Example 2. Increased Discounts from the Current Policy in Place
In Example 2, a different product family has a current policy with standard volume discounts. However, the approved policy, based on transaction data, indicates the need to increase these discounts to align with competitive market conditions. Statistical analysis helps determine the optimal slope for the proposed policy curve, providing flexibility to apply negotiated discounts for each customer deal.
Distinguish Between the Volume Curve Discount and Negotiated Discount
When implementing volume-based discount policies, it’s crucial to distinguish between the volume curve discount and the negotiated discount. By understanding these components, you can optimize your pricing strategies effectively.
Negotiated Price = List Price @ Volume + Negotiated Discount
In summary, here are three key areas to keep on mind for a successful execution of volume based discount policies.
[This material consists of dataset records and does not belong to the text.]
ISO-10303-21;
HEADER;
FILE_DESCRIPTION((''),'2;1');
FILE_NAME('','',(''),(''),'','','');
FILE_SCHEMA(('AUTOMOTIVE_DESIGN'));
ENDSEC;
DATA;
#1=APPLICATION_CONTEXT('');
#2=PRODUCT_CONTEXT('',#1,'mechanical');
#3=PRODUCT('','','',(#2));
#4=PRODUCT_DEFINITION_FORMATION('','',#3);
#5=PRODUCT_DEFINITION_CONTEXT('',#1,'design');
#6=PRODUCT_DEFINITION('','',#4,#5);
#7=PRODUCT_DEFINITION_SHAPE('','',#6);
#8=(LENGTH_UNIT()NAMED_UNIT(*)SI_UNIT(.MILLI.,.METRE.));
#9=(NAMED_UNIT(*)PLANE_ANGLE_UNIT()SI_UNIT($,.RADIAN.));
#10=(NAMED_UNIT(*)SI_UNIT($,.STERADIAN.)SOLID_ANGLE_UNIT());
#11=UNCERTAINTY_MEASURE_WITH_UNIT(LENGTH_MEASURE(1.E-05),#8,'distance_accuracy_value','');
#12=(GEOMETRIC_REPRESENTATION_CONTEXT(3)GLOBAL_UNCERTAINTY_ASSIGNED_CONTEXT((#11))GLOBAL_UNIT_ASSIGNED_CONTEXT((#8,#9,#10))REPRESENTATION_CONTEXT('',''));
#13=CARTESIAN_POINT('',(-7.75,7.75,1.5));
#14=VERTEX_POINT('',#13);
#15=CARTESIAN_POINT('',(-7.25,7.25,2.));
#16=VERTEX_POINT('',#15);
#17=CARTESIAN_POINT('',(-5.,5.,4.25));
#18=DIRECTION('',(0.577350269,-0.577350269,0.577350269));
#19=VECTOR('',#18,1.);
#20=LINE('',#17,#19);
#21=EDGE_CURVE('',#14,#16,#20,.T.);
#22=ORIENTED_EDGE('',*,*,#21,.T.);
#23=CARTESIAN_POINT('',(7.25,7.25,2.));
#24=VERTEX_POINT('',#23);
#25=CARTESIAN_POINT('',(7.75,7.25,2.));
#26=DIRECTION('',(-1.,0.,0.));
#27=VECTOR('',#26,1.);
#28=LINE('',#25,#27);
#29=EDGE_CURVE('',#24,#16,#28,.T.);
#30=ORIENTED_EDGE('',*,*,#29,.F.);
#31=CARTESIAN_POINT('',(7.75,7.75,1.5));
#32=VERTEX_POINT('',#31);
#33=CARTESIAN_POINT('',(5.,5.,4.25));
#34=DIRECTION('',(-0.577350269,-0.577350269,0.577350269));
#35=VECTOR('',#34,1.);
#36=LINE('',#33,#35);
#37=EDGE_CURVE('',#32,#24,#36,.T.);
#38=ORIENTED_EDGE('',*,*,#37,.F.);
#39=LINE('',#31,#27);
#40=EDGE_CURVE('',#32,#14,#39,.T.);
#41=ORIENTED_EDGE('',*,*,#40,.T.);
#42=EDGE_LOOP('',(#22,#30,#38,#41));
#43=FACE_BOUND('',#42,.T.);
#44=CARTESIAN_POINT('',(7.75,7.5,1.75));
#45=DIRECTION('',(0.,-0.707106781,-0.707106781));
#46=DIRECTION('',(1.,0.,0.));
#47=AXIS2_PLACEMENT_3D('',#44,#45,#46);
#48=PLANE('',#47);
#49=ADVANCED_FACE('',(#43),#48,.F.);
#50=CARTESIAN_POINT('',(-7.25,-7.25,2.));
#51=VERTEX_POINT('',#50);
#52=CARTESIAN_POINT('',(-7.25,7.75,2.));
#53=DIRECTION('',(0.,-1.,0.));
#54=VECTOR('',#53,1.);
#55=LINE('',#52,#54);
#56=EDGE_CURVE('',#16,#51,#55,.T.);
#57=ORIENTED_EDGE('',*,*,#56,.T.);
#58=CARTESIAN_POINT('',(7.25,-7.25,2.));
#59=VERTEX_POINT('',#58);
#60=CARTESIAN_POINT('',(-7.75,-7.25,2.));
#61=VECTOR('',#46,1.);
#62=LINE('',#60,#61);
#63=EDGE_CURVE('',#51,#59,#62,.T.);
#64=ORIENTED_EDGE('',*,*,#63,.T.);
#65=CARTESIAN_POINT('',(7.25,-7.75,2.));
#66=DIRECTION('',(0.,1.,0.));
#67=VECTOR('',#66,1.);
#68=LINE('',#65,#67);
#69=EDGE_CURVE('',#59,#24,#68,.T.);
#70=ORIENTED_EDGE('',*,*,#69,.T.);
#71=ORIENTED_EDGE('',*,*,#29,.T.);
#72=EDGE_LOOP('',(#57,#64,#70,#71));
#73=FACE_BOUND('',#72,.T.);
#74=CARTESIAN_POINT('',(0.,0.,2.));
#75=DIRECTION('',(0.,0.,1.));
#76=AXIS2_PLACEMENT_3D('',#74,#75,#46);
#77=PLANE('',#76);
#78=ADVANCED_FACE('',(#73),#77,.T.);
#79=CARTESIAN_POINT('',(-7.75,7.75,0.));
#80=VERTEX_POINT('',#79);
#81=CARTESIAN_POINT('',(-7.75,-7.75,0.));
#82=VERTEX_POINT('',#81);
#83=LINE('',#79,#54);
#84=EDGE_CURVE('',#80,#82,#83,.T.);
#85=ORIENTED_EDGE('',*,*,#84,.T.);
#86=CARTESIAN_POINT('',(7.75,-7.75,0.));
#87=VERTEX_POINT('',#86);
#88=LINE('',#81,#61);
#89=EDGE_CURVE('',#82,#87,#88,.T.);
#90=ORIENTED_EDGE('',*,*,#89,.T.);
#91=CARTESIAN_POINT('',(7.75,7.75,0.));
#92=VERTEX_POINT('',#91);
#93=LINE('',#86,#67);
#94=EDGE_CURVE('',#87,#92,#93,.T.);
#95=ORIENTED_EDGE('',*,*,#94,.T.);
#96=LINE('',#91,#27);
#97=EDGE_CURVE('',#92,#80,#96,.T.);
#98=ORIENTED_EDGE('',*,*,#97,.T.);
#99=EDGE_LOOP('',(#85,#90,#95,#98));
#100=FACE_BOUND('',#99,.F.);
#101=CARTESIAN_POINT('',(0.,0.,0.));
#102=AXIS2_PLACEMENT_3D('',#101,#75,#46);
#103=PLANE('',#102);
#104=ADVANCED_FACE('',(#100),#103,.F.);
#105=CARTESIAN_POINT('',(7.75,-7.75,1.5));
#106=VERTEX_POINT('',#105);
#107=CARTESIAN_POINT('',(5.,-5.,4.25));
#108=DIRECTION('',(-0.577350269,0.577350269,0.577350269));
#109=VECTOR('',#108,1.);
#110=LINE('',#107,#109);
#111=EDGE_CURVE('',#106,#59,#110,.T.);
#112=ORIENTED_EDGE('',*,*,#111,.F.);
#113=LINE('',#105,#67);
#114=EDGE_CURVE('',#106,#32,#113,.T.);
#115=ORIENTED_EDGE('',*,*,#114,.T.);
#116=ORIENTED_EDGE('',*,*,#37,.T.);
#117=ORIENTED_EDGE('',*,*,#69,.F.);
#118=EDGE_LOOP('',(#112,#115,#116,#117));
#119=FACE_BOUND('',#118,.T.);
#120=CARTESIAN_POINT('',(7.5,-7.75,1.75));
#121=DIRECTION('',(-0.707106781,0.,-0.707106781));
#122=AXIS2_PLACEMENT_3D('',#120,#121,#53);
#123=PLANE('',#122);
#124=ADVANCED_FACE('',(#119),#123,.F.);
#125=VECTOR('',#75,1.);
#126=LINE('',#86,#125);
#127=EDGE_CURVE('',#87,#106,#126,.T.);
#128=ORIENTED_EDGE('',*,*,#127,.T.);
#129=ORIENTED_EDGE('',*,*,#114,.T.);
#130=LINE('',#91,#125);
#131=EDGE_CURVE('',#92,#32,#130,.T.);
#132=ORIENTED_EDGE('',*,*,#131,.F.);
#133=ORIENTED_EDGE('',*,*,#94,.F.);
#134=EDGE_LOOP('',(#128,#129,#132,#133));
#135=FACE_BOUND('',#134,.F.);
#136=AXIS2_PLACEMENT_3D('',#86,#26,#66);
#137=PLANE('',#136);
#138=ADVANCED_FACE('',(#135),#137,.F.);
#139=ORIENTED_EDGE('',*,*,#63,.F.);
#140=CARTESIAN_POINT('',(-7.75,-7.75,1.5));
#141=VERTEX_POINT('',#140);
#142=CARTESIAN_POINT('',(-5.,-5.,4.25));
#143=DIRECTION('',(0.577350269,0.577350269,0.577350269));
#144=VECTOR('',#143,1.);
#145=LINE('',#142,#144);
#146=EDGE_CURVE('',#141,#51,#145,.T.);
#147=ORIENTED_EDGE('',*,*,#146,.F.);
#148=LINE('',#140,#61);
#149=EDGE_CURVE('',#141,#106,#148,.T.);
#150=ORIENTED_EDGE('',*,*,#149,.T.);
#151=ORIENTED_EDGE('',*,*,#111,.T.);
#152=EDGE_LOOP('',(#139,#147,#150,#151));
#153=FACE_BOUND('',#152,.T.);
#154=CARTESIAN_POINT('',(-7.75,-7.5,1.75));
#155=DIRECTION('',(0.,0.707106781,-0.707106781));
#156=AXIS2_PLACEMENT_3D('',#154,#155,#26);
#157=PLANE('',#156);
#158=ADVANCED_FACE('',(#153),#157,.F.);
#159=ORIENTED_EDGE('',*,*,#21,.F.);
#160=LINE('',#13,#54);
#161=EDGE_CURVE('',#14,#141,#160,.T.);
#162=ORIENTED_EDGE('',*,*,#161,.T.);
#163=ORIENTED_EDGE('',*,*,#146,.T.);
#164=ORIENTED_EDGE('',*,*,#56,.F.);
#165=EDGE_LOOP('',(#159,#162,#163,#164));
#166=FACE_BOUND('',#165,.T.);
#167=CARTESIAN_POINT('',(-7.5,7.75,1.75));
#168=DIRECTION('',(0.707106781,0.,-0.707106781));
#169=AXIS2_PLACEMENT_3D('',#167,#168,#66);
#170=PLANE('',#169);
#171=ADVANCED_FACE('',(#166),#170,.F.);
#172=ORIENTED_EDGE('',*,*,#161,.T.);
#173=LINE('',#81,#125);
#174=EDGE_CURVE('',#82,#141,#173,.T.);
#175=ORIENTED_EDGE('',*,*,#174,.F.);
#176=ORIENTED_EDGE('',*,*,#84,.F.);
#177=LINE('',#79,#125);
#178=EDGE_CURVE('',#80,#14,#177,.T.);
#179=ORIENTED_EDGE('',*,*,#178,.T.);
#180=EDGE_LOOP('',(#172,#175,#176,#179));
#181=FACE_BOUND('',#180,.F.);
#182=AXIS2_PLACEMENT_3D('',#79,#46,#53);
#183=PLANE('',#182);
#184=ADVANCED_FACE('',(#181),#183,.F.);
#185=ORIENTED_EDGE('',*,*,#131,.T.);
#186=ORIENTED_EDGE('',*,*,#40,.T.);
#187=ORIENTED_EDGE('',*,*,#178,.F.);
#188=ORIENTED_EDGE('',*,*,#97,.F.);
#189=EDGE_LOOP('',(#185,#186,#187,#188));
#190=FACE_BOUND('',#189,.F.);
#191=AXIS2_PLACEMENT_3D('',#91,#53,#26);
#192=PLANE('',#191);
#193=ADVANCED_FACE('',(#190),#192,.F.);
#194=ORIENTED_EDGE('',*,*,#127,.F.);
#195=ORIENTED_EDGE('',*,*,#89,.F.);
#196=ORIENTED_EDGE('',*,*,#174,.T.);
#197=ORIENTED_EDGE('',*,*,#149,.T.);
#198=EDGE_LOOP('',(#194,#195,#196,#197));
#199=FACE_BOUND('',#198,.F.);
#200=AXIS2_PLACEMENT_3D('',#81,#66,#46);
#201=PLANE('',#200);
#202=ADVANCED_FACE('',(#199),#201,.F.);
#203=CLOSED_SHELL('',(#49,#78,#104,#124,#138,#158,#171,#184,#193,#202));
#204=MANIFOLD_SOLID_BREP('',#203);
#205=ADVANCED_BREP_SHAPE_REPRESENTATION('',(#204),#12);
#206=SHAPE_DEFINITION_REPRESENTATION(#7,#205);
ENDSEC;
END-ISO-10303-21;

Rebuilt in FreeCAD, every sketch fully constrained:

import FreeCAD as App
import Part
import Sketcher
Q = App.Units.Quantity


def edges_at(feature, points):
    """Names of the edges that pass closest to the given points."""
    edges = feature.Shape.Edges
    near = lambda p: min(range(len(edges)), key=lambda i: edges[i].distToShape(Part.Vertex(*p))[0])
    return sorted({f"Edge{near(p) + 1}" for p in points})


def add_polygon(sketch, points):
    """Adds a closed chain of lines whose ends are joined by coincident constraints."""
    first, n = sketch.GeometryCount, len(points)
    for a, b in zip(points, points[1:] + points[:1]):
        sketch.addGeometry(Part.LineSegment(App.Vector(*a, 0), App.Vector(*b, 0)), False)
    for i in range(n):
        sketch.addConstraint(Sketcher.Constraint("Coincident", first + i, 2, first + (i + 1) % n, 1))

doc = App.newDocument("Part")
params = doc.addObject("Spreadsheet::Sheet", "Params")
for row, (alias, value) in enumerate([
    ("pad1_length", "2 mm"),
    ("chamfer_size", "0.5 mm"),
], start=1):
    params.set(f"A{row}", alias)
    params.set(f"B{row}", "=" + value)
    params.setAlias(f"B{row}", alias)

body = doc.addObject("PartDesign::Body", "Body")

# Sketch on XY plane
sketch1 = body.newObject("Sketcher::SketchObject", "Sketch")
sketch1.AttachmentSupport = (doc.getObject("XY_Plane"), [""])
sketch1.MapMode = "FlatFace"
add_polygon(sketch1, [(-8, 8), (-8, -8), (8, -8), (8, 8)])  # lines 0-3
sketch1.addConstraint(Sketcher.Constraint("Vertical", 0))
sketch1.addConstraint(Sketcher.Constraint("Horizontal", 1))
sketch1.addConstraint(Sketcher.Constraint("Vertical", 2))
sketch1.addConstraint(Sketcher.Constraint("Horizontal", 3))
sketch1.addConstraint(Sketcher.Constraint("Symmetric", 0, 2, 2, 2, -1, 1))
sketch1.addConstraint(Sketcher.Constraint("Equal", 3, 0))
sketch1.addConstraint(Sketcher.Constraint("DistanceX", 0, 2, -1, 1, Q("7.75 mm")))
pad1 = body.newObject("PartDesign::Pad", "Pad")
pad1.Profile = sketch1
pad1.setExpression("Length", "Params.pad1_length")
doc.recompute()

chamfer = body.newObject("PartDesign::Chamfer", "Chamfer")
chamfer.Base = (pad1, edges_at(pad1, [
    (0, -7.75, 2),
    (7.75, 0, 2),
    (0, 7.75, 2),
    (-7.75, 0, 2),
]))
chamfer.setExpression("Size", "Params.chamfer_size")

doc.recompute()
1. Customer and Product Segmentation
Effective customer and product segmentation enables value-based pricing strategies, incorporating differentiation based on product tiers (good, better, best) and customer value contributions (high, medium, low). Implementing price-volume discount recommendation envelopes provides valuable insights into price sensitivity and profitability at the segment level.
2. Dynamic Execution
The ability to swiftly respond to market dynamics, such as cost changes and competitor moves, is crucial for successful volume-based discount policies. Implementing a governance framework ensures control while adjusting pricing decisions in accordance with industry dynamics, irrespective of company maturity.
3. Aligned Sales Incentives
Sales incentives should be linked to business value and customer compliance. Standardizing discount levels and tiers within a clear governance process helps manage escalations and exceptions. Aligning incentives with market share and success metrics across different channels drives optimal pricing and sales effectiveness, resulting in acquiring the right customers at the right price.